Task goal »
Find the line containing "# Sketch1 → Boss-Extrude1 (new body)" in the entries below. Restate it and each line after it, word for word, up to and including the line containing "(0.143205081, 3.2), align=None)".

(Data entries)
··········

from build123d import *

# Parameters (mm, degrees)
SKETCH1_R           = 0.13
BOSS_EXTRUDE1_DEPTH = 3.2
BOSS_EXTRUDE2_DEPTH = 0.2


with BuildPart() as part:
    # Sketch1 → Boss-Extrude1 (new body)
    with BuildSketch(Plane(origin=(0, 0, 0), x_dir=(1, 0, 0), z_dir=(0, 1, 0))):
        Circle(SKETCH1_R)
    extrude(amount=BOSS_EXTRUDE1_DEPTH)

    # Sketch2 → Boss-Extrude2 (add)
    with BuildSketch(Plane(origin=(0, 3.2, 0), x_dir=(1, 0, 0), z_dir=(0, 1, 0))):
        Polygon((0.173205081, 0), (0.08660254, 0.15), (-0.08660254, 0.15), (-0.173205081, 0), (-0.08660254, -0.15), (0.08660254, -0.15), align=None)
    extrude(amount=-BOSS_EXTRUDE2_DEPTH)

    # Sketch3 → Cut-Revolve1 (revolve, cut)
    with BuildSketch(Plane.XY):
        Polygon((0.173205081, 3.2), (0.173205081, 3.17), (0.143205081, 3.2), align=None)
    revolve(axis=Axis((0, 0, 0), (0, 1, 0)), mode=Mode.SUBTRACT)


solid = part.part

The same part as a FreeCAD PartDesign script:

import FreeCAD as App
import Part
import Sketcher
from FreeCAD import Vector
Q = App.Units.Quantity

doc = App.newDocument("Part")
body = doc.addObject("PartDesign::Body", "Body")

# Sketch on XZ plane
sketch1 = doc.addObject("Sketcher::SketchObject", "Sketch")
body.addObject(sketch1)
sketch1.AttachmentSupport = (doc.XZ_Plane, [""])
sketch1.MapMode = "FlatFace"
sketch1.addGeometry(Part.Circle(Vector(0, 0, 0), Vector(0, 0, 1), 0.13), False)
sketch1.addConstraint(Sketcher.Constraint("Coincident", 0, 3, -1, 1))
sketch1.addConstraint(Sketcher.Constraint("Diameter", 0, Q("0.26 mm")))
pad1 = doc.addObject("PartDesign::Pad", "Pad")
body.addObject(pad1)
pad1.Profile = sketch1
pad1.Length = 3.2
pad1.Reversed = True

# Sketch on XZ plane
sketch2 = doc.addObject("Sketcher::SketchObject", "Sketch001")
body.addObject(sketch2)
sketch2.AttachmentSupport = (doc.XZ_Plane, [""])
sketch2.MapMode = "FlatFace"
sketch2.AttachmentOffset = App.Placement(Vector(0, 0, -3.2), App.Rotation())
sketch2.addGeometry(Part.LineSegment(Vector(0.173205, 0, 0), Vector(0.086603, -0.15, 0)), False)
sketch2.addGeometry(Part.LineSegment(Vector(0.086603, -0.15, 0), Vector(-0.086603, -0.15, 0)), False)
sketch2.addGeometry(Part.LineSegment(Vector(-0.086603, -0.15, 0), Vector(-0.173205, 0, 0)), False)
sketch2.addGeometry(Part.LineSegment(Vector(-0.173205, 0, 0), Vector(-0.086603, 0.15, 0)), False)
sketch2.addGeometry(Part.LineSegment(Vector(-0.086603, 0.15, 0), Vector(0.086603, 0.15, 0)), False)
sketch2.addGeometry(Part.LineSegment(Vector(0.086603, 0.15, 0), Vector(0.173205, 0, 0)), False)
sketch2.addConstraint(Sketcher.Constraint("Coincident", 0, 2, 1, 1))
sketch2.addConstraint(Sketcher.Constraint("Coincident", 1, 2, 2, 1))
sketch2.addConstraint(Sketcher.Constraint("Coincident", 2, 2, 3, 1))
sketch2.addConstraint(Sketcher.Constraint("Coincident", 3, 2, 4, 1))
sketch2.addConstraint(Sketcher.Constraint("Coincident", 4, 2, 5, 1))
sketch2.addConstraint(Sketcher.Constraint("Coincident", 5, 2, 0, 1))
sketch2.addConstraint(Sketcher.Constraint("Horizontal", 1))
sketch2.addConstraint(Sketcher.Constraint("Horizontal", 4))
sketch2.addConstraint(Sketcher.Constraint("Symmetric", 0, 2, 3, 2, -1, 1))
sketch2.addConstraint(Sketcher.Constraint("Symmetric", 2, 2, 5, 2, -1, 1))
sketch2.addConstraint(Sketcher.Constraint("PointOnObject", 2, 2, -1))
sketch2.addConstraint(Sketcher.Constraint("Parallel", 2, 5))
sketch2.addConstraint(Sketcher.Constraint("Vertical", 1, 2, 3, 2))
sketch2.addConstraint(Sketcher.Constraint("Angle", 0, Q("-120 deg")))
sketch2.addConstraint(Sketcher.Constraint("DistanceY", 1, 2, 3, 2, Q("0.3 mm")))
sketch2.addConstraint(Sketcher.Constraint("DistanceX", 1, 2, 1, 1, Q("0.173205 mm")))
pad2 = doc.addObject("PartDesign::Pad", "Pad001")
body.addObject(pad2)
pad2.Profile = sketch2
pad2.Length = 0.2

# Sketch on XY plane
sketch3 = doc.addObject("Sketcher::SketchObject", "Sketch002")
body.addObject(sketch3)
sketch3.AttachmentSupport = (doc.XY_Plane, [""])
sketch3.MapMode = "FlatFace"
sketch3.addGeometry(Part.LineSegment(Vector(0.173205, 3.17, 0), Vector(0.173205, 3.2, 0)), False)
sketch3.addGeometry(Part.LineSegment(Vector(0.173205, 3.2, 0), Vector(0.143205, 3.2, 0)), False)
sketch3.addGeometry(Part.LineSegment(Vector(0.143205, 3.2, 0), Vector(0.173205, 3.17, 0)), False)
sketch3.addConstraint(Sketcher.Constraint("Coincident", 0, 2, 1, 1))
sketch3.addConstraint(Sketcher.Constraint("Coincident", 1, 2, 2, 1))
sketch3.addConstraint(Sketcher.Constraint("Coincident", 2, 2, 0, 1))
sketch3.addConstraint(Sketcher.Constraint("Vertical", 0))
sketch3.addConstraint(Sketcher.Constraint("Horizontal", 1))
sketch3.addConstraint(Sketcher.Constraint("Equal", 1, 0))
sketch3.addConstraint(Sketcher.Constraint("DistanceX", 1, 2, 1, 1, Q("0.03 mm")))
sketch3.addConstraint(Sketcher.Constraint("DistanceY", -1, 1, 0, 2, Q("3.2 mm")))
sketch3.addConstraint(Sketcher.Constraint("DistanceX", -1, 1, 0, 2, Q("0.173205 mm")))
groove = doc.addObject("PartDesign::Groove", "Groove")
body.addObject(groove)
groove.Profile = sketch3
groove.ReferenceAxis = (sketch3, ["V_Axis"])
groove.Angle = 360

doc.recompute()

··········

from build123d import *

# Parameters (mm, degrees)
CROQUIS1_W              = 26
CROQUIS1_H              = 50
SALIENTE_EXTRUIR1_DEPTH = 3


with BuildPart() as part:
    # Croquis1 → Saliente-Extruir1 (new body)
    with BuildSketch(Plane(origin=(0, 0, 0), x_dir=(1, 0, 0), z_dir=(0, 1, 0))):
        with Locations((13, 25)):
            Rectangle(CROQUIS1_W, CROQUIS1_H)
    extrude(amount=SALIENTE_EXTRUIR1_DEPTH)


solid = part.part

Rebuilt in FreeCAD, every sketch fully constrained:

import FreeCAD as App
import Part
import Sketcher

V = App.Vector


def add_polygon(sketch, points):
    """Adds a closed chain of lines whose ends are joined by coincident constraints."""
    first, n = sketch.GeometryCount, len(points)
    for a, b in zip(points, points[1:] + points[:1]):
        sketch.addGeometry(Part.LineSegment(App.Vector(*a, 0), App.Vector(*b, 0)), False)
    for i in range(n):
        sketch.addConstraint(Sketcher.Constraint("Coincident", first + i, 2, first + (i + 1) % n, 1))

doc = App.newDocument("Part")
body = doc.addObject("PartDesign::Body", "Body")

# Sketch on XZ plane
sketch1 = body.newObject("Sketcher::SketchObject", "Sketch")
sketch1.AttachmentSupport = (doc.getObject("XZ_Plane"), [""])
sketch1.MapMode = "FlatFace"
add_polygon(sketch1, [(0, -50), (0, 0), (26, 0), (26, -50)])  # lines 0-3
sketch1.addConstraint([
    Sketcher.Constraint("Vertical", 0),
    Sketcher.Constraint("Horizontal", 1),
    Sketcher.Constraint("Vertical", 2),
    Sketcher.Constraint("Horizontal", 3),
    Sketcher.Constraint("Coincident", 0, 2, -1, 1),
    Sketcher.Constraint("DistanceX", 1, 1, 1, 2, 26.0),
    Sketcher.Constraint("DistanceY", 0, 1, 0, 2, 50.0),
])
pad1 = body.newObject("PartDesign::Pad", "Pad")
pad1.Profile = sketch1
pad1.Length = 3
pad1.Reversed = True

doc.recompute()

··········

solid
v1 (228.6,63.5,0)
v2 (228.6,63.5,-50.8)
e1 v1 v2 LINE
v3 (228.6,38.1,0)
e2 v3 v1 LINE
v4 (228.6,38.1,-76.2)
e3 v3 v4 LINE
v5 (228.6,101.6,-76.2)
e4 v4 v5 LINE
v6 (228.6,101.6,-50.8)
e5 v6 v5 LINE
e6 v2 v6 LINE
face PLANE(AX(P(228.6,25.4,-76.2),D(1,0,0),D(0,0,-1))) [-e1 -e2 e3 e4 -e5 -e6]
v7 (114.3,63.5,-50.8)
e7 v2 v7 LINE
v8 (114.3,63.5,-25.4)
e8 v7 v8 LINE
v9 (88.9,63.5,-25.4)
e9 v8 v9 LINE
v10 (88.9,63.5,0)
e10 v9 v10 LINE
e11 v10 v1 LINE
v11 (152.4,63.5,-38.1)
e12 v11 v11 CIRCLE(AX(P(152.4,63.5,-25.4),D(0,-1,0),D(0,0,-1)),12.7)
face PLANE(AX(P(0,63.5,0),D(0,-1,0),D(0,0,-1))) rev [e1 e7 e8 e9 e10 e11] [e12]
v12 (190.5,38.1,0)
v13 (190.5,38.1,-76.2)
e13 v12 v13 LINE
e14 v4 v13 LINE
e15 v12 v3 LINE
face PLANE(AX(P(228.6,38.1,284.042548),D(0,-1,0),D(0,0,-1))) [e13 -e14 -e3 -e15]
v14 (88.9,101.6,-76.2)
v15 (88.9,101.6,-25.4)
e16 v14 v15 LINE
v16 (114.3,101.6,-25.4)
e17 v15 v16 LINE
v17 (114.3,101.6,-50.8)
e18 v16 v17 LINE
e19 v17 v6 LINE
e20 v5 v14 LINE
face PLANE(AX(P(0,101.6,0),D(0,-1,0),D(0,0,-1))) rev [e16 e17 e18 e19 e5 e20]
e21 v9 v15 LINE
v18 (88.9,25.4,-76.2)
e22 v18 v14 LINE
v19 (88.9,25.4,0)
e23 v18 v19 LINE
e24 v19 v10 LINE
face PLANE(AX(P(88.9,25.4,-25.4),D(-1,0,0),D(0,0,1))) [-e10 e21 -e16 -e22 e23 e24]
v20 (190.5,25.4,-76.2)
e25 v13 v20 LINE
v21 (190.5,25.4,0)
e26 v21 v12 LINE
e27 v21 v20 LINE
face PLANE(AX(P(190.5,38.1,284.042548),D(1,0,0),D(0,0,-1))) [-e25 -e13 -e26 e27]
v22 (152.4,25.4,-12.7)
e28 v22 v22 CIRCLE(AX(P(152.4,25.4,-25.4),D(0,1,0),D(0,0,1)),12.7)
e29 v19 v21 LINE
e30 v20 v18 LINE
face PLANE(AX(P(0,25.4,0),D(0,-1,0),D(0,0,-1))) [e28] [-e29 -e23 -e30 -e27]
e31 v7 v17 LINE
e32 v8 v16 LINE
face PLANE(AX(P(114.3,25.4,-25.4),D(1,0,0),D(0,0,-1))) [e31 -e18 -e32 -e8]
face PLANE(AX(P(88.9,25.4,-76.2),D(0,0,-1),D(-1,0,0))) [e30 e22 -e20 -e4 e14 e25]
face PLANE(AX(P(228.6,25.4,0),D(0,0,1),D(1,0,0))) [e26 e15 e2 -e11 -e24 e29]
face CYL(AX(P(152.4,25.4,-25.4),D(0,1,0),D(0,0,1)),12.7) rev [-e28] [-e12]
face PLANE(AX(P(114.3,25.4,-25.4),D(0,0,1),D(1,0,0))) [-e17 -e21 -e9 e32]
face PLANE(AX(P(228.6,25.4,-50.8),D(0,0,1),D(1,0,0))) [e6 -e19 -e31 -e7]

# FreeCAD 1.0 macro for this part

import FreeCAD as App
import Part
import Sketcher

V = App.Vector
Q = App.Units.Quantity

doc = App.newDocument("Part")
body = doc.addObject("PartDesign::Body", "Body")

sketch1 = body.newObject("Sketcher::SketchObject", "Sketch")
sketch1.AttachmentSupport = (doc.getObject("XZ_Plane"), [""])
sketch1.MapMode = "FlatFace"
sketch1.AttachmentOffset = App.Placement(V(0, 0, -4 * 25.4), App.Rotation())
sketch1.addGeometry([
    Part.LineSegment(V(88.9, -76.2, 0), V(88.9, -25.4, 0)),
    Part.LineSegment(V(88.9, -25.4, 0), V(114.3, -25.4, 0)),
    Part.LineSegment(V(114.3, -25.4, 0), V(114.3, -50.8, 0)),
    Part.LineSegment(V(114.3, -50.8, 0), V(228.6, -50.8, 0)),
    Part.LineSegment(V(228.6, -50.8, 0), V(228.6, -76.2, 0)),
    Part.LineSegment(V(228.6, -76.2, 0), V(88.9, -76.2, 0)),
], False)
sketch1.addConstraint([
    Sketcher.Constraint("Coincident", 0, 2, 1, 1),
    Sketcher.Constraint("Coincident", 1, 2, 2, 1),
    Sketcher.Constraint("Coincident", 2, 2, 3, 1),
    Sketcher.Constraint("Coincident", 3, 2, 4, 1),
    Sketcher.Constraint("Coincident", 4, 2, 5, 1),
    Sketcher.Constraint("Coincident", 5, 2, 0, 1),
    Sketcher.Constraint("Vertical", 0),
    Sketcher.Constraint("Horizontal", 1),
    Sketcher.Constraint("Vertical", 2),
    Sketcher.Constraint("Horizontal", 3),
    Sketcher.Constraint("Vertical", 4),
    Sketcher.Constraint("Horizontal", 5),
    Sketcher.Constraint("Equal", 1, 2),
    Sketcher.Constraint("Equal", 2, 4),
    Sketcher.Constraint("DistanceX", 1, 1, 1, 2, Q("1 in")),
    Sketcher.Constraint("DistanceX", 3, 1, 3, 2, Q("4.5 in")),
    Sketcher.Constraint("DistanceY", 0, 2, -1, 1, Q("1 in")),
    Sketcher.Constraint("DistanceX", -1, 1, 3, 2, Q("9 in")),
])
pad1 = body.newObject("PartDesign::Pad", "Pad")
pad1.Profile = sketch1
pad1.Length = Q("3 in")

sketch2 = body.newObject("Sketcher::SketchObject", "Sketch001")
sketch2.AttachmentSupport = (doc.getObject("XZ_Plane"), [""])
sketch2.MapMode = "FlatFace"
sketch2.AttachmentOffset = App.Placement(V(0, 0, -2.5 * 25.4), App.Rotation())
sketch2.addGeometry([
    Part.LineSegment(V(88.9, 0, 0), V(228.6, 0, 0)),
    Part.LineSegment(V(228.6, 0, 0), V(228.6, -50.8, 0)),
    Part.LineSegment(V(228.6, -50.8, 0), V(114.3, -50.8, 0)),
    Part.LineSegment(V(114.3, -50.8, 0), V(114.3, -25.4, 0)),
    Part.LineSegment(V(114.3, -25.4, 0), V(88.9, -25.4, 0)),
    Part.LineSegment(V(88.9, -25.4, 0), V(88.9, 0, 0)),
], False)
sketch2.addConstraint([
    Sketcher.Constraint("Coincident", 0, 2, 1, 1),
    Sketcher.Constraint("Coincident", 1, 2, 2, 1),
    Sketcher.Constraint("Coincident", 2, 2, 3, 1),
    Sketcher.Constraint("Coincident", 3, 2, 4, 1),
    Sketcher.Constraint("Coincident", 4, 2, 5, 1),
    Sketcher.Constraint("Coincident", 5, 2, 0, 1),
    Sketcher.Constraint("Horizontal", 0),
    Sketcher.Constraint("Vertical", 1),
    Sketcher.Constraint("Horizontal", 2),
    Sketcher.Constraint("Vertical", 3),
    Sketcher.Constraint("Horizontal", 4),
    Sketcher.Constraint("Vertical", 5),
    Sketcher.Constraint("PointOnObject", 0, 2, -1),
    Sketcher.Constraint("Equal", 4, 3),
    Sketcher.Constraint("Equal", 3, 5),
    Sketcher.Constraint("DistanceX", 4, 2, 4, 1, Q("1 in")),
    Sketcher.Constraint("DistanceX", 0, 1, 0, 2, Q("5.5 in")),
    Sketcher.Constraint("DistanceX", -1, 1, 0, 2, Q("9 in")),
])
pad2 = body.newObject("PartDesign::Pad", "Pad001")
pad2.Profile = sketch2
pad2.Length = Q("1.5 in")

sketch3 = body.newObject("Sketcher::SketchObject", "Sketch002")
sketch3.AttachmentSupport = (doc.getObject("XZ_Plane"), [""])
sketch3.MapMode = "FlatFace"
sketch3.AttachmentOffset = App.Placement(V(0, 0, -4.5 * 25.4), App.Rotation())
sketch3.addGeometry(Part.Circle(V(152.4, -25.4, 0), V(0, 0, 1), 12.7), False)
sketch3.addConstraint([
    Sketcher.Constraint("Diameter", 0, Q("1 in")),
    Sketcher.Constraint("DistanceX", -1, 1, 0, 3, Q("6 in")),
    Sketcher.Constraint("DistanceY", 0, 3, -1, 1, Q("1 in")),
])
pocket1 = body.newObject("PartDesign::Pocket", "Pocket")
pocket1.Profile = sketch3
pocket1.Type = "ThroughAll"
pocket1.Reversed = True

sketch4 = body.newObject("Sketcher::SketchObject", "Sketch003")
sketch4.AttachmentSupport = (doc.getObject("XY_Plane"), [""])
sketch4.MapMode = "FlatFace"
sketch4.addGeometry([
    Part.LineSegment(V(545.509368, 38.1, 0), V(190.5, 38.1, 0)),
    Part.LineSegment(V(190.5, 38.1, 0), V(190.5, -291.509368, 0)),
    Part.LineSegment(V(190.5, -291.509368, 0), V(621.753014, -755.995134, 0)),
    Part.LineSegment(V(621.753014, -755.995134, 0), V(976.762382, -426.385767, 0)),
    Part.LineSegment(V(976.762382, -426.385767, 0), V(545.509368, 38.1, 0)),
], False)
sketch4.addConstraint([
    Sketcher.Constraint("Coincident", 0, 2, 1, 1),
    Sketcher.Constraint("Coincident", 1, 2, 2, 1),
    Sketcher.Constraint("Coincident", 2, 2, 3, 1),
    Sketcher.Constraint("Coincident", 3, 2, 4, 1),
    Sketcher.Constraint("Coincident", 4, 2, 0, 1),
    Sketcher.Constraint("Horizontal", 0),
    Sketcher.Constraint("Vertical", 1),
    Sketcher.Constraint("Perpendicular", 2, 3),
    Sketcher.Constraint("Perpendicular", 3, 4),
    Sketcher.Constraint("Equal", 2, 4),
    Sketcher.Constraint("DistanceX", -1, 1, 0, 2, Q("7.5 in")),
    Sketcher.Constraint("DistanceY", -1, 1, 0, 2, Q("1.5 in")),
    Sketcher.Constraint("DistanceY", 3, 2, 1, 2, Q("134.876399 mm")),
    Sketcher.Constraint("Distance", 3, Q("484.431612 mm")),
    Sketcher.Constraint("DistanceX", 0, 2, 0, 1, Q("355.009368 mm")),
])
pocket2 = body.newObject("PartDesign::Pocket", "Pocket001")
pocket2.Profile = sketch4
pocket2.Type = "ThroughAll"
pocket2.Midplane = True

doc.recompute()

··········

Exercise response »
    # Sketch1 → Boss-Extrude1 (new body)
    with BuildSketch(Plane(origin=(0, 0, 0), x_dir=(1, 0, 0), z_dir=(0, 1, 0))):
        Circle(SKETCH1_R)
    extrude(amount=BOSS_EXTRUDE1_DEPTH)

    # Sketch2 → Boss-Extrude2 (add)
    with BuildSketch(Plane(origin=(0, 3.2, 0), x_dir=(1, 0, 0), z_dir=(0, 1, 0))):
        Polygon((0.173205081, 0), (0.08660254, 0.15), (-0.08660254, 0.15), (-0.173205081, 0), (-0.08660254, -0.15), (0.08660254, -0.15), align=None)
    extrude(amount=-BOSS_EXTRUDE2_DEPTH)

    # Sketch3 → Cut-Revolve1 (revolve, cut)
    with BuildSketch(Plane.XY):
        Polygon((0.173205081, 3.2), (0.173205081, 3.17), (0.143205081, 3.2), align=None)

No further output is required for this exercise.